[Collected data entries]
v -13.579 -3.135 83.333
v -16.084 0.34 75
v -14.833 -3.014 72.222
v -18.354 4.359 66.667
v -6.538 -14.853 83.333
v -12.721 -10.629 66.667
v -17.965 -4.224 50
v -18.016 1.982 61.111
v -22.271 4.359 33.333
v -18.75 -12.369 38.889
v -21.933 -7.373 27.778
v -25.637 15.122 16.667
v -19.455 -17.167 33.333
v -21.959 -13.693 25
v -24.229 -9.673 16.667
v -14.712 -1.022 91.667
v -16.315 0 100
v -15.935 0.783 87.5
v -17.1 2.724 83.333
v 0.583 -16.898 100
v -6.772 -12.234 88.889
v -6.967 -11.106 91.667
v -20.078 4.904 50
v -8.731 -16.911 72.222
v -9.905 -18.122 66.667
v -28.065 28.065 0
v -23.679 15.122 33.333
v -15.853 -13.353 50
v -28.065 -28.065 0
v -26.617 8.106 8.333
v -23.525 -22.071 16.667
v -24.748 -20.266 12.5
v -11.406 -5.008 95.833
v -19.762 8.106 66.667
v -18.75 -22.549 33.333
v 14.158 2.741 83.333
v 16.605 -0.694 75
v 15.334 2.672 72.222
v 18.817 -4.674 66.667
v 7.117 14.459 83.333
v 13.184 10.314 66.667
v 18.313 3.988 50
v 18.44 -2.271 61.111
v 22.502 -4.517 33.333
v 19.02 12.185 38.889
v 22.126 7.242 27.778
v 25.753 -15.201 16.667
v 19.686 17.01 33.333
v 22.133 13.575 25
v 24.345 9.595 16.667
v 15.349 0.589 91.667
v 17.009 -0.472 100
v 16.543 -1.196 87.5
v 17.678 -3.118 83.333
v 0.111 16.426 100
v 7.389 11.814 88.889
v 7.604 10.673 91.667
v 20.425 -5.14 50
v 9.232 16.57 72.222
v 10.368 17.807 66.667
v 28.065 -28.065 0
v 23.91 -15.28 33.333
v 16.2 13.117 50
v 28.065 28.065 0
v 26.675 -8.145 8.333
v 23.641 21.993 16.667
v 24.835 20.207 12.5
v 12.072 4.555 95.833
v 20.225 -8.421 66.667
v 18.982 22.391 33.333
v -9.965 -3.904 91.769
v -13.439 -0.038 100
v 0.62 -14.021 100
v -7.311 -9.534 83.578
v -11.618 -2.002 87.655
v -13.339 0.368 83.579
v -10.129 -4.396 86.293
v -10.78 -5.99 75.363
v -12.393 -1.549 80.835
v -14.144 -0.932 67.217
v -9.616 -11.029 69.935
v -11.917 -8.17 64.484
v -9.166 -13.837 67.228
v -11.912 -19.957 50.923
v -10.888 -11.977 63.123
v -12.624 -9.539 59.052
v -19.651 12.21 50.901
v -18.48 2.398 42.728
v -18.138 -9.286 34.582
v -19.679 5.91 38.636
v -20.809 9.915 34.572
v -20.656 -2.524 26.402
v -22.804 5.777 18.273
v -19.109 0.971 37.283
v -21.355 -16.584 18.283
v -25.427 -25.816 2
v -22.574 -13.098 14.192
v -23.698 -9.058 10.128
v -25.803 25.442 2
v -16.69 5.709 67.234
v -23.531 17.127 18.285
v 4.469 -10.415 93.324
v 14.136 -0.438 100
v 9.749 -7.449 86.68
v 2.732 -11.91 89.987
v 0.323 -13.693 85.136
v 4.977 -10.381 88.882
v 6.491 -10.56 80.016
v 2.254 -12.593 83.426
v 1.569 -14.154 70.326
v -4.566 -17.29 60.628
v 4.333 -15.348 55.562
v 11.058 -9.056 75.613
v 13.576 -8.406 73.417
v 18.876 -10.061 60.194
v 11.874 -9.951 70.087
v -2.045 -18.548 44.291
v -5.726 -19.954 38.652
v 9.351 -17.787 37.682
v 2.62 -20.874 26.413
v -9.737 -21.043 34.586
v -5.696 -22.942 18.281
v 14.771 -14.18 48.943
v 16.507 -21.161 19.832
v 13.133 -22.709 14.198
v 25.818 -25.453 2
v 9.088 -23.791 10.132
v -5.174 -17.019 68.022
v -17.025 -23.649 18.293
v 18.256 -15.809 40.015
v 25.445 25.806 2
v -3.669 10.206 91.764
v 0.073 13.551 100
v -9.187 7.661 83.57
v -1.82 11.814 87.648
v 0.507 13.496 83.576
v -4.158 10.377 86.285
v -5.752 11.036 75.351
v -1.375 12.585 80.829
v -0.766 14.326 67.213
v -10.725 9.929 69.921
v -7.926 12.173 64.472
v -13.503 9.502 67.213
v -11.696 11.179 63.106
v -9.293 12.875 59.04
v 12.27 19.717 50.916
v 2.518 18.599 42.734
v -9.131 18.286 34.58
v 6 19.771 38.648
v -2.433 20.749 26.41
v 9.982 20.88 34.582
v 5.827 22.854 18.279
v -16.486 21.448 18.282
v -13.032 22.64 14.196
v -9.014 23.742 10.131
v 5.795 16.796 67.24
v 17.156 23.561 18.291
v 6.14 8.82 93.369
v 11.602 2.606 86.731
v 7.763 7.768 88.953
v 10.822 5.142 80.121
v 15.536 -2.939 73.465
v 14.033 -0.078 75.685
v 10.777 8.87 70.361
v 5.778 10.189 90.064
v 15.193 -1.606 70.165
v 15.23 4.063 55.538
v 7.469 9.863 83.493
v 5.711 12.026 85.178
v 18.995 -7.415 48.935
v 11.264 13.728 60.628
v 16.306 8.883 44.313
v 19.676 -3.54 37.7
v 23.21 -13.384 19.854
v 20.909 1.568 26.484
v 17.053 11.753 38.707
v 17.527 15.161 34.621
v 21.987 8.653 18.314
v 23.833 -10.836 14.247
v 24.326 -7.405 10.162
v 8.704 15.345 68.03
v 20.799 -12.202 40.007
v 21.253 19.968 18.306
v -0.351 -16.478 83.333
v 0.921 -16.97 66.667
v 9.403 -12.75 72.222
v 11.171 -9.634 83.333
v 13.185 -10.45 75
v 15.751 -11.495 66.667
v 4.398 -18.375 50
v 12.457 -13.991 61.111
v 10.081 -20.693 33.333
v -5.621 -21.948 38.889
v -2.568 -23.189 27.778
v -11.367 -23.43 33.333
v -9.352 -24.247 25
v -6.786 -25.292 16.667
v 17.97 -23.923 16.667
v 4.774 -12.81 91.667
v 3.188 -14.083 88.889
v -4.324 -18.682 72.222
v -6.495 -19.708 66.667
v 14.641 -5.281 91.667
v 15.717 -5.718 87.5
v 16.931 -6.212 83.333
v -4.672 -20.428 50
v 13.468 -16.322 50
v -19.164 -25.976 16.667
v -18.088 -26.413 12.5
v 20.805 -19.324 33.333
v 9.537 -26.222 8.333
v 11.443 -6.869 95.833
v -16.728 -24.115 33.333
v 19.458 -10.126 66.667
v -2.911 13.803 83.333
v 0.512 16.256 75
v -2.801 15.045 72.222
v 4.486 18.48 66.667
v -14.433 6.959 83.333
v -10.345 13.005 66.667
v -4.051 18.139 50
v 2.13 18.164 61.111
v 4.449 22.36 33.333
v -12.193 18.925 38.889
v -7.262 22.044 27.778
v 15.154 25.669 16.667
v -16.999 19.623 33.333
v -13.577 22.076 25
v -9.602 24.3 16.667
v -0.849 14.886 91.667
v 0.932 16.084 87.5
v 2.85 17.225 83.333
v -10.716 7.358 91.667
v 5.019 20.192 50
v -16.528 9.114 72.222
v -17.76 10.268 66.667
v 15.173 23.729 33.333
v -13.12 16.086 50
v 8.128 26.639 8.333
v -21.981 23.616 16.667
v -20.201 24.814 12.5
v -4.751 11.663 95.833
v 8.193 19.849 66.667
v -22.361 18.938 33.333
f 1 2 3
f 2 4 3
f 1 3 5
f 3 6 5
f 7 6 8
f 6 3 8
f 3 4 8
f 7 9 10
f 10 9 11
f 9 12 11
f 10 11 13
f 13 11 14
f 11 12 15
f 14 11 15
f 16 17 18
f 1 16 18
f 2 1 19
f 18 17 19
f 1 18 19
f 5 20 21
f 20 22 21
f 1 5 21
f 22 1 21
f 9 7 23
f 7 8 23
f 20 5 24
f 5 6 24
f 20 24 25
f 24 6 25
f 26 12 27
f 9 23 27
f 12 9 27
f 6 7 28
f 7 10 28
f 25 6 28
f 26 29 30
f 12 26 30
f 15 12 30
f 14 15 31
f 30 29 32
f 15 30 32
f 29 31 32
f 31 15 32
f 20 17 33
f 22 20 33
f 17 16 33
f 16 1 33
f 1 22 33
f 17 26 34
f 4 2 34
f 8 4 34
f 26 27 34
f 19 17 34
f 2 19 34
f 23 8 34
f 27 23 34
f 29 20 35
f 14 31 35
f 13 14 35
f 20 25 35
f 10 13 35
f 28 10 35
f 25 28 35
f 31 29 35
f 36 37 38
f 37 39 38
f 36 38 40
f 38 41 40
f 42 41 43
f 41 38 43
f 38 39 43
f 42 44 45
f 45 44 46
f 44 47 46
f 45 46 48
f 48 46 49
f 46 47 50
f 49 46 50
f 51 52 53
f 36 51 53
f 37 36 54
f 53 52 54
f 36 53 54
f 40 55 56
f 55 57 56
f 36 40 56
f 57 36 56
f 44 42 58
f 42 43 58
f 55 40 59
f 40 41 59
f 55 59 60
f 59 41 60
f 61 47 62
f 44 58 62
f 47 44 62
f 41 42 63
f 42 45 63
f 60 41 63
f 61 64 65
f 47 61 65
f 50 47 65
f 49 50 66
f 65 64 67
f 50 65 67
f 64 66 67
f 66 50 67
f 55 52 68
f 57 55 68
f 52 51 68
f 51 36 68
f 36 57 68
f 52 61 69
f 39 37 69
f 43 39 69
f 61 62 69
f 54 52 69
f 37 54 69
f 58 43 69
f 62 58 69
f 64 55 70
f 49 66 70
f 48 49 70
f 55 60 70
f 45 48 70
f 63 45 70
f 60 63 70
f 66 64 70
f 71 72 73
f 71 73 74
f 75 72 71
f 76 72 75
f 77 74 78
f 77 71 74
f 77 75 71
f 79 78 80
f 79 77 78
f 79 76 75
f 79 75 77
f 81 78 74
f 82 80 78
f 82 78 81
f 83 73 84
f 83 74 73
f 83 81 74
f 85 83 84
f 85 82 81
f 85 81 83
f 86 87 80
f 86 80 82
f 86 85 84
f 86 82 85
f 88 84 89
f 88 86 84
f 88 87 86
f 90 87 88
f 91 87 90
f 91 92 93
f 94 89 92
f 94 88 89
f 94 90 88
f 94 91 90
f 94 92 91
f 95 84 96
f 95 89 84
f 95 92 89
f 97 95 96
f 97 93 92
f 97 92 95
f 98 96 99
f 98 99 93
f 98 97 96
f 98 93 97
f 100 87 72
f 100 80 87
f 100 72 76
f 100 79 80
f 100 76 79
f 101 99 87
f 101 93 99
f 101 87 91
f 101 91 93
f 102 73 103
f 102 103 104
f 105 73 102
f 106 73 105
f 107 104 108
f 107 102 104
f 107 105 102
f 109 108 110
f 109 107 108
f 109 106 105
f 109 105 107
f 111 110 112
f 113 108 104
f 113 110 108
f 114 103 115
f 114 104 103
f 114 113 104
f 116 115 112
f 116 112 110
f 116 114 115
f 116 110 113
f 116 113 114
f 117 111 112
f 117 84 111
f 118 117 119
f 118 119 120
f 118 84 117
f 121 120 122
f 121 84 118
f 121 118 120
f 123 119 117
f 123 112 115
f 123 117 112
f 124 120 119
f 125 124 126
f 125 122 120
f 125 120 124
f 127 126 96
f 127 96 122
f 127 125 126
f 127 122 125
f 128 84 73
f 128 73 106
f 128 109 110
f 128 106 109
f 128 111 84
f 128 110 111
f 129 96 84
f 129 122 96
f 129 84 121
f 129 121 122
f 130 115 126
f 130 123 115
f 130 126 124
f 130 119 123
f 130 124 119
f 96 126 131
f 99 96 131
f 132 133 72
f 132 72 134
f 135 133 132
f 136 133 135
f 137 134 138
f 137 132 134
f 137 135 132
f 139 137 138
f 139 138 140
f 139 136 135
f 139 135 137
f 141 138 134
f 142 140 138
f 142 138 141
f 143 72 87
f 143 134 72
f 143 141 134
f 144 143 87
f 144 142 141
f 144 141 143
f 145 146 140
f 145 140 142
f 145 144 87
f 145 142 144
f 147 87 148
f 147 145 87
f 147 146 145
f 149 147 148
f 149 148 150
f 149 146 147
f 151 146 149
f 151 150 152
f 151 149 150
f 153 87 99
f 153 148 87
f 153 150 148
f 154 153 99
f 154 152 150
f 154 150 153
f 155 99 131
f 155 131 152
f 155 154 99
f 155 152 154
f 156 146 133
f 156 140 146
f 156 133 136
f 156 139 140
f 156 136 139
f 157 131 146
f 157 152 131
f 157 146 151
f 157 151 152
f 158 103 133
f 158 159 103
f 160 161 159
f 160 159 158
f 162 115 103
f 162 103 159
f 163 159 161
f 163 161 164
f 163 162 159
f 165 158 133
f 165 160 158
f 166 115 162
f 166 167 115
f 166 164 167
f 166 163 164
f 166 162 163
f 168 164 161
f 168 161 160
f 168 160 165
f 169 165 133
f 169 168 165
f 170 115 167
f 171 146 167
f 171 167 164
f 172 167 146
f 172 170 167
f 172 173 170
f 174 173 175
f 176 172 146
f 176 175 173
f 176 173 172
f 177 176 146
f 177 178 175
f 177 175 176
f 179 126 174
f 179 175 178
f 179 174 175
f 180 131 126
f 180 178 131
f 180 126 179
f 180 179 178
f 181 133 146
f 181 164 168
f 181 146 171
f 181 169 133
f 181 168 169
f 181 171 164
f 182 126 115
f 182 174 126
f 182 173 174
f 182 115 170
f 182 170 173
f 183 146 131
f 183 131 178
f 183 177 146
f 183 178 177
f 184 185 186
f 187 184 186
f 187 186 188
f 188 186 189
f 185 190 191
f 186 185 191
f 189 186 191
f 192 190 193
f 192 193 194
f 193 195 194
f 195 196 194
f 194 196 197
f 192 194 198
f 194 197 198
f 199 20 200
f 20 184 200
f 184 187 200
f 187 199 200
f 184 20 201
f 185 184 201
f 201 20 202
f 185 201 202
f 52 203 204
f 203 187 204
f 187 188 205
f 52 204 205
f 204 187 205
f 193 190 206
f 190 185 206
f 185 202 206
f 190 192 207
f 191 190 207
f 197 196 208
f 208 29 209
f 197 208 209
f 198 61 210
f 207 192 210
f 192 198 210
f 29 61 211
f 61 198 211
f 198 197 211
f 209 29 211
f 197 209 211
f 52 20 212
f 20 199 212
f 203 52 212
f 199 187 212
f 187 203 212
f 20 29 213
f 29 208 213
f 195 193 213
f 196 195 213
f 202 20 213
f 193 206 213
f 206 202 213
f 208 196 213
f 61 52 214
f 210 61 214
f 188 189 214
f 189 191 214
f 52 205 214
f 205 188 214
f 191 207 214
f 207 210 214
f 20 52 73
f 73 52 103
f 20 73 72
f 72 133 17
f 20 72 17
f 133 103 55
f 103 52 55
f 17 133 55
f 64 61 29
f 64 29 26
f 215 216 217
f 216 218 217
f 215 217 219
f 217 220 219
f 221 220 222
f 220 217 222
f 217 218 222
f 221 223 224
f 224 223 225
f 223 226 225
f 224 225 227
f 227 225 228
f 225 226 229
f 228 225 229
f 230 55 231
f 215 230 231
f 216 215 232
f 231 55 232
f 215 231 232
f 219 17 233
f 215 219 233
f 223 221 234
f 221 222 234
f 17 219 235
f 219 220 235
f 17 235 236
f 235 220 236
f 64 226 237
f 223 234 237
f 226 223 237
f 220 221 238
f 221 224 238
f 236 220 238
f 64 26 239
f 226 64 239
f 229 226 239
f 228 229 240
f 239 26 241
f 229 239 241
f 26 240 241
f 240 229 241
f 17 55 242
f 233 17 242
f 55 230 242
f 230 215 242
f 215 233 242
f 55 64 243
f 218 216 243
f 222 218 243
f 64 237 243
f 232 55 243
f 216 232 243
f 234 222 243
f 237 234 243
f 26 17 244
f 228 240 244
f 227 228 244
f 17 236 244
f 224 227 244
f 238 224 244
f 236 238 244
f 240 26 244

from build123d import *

# Parameters (mm, degrees)
F0_W = 56.13058
F0_H = 56.130584
F4_T = -2


with BuildPart() as f3:
    # F2 (on offset) → F3 section 0
    with BuildSketch(Plane.XY.offset(100)):
        Polygon((17.008768, -0.472353), (0.110915, 16.4255), (-16.314585, 0), (0.583268, -16.897853), align=None)
    # F0 (on Top) → F3 section 1
    with BuildSketch(Plane.XY):
        Rectangle(F0_W, F0_H)
    loft()

    # F4
    f4_openings = [f3.faces().sort_by_distance(p)[0] for p in [
        (0.347092, -0.236176, 100),
    ]]
    offset(amount=F4_T, openings=f4_openings)


solid = f3.part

WHAT YOU SHOULD DO: The entries above hold a line with "f 215 217 219" and a later line with "f 235 220 236". Write out exactly those lines and all lines between, nothing more.

ANSWER BELOW:
f 215 217 219
f 217 220 219
f 221 220 222
f 220 217 222
f 217 218 222
f 221 223 224
f 224 223 225
f 223 226 225
f 224 225 227
f 227 225 228
f 225 226 229
f 228 225 229
f 230 55 231
f 215 230 231
f 216 215 232
f 231 55 232
f 215 231 232
f 219 17 233
f 215 219 233
f 223 221 234
f 221 222 234
f 17 219 235
f 219 220 235
f 17 235 236
f 235 220 236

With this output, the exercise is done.